Labour have refused to provide any detailed alternative to the Coalition’s tax and spending plans. They have also implied that during their recent period in government that nobody challenged their irresponsible tax and spending plans. This is simply a lie. Not only did the IFS explain their irresponsibility as far back as 2003 [PDF], but so did the Liberal Democrats.
There’s an easy way to test how responsible we were while we were in opposition. Every year since 1992 the Liberal Democrats have produced an Alternative Budget setting out our alternative to the government’s tax and spending plans, as well as fully costed manifestos in each election.
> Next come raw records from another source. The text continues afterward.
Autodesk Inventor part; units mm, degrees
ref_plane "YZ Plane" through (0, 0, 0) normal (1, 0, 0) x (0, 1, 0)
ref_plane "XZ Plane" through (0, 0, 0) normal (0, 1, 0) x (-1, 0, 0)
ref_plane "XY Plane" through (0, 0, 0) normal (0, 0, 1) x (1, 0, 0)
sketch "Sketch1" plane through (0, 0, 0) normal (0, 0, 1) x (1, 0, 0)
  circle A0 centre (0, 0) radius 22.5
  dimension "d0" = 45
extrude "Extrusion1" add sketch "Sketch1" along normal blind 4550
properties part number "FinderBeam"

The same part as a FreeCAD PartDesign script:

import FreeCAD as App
import Part
import Sketcher
from FreeCAD import Vector

doc = App.newDocument("Part")
params = doc.addObject("Spreadsheet::Sheet", "Params")
for row, (alias, value) in enumerate([
    ("sketch1_diameter", "45 mm"),
    ("pad1_length", "4550 mm"),
], start=1):
    params.set(f"A{row}", alias)
    params.set(f"B{row}", "=" + value)
    params.setAlias(f"B{row}", alias)

body = doc.addObject("PartDesign::Body", "Body")

sketch1 = doc.addObject("Sketcher::SketchObject", "Sketch")
body.addObject(sketch1)
sketch1.AttachmentSupport = (doc.XY_Plane, [""])
sketch1.MapMode = "FlatFace"
sketch1.addGeometry(Part.Circle(Vector(0, 0, 0), Vector(0, 0, 1), 22), False)
sketch1.addConstraint([
    Sketcher.Constraint("Coincident", 0, 3, -1, 1),
    Sketcher.Constraint("Diameter", 0, 45.0),
])
sketch1.setExpression("Constraints[1]", "Params.sketch1_diameter")
pad1 = doc.addObject("PartDesign::Pad", "Pad")
body.addObject(pad1)
pad1.Profile = sketch1
pad1.setExpression("Length", "Params.pad1_length")

doc.recompute()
These Alternative Budgets show that in every year from 2001 onwards, our tax and spending plans led to a smaller deficit than Labour planned. In the most recent General Election [PDF] our plans were for a cut in the deficit of over £8bn a year above Labour plans. In the 2005 General Election we were planning to cut the deficit by £5bn a year. Even back as far as 2001 we were planning to cut the deficit by hundreds of millions of pounds a year. All of this was in a political climate dominated by Labour’s claims that Gordon Brown was fiscally responsible, when there was no political pressure for the Liberal Democrats to be as responsible as we were.
It’s easy to say that you are going to cut the deficit in principle. What’s difficult is to have the courage to make the difficult decisions to cut spending, avoid populist promises and, where necessary, increase taxes. If Labour are against all the cuts, then they should explain how they will pay for their spending spree. If they are in favour of some of the cuts, then it’s time they told us which ones.
Rob Blackie was the party’s Director of Research from 2003-2005 and was heavily involved in writing every Alternative Budget from 2000 – 2005, and in costing the 2001 and 2005 General Election manifestos. He has been active in London politics for 11 years, including running the only campaign to win a council seat from third place in London in 2010. Rob writes a blog on e-campaigning at www.rob-blackie.blogspot.com.
23 Comments
Unlike the Lib Dems, Labour does not believe in making promises in Opposition that you don’t intend to keep once in government.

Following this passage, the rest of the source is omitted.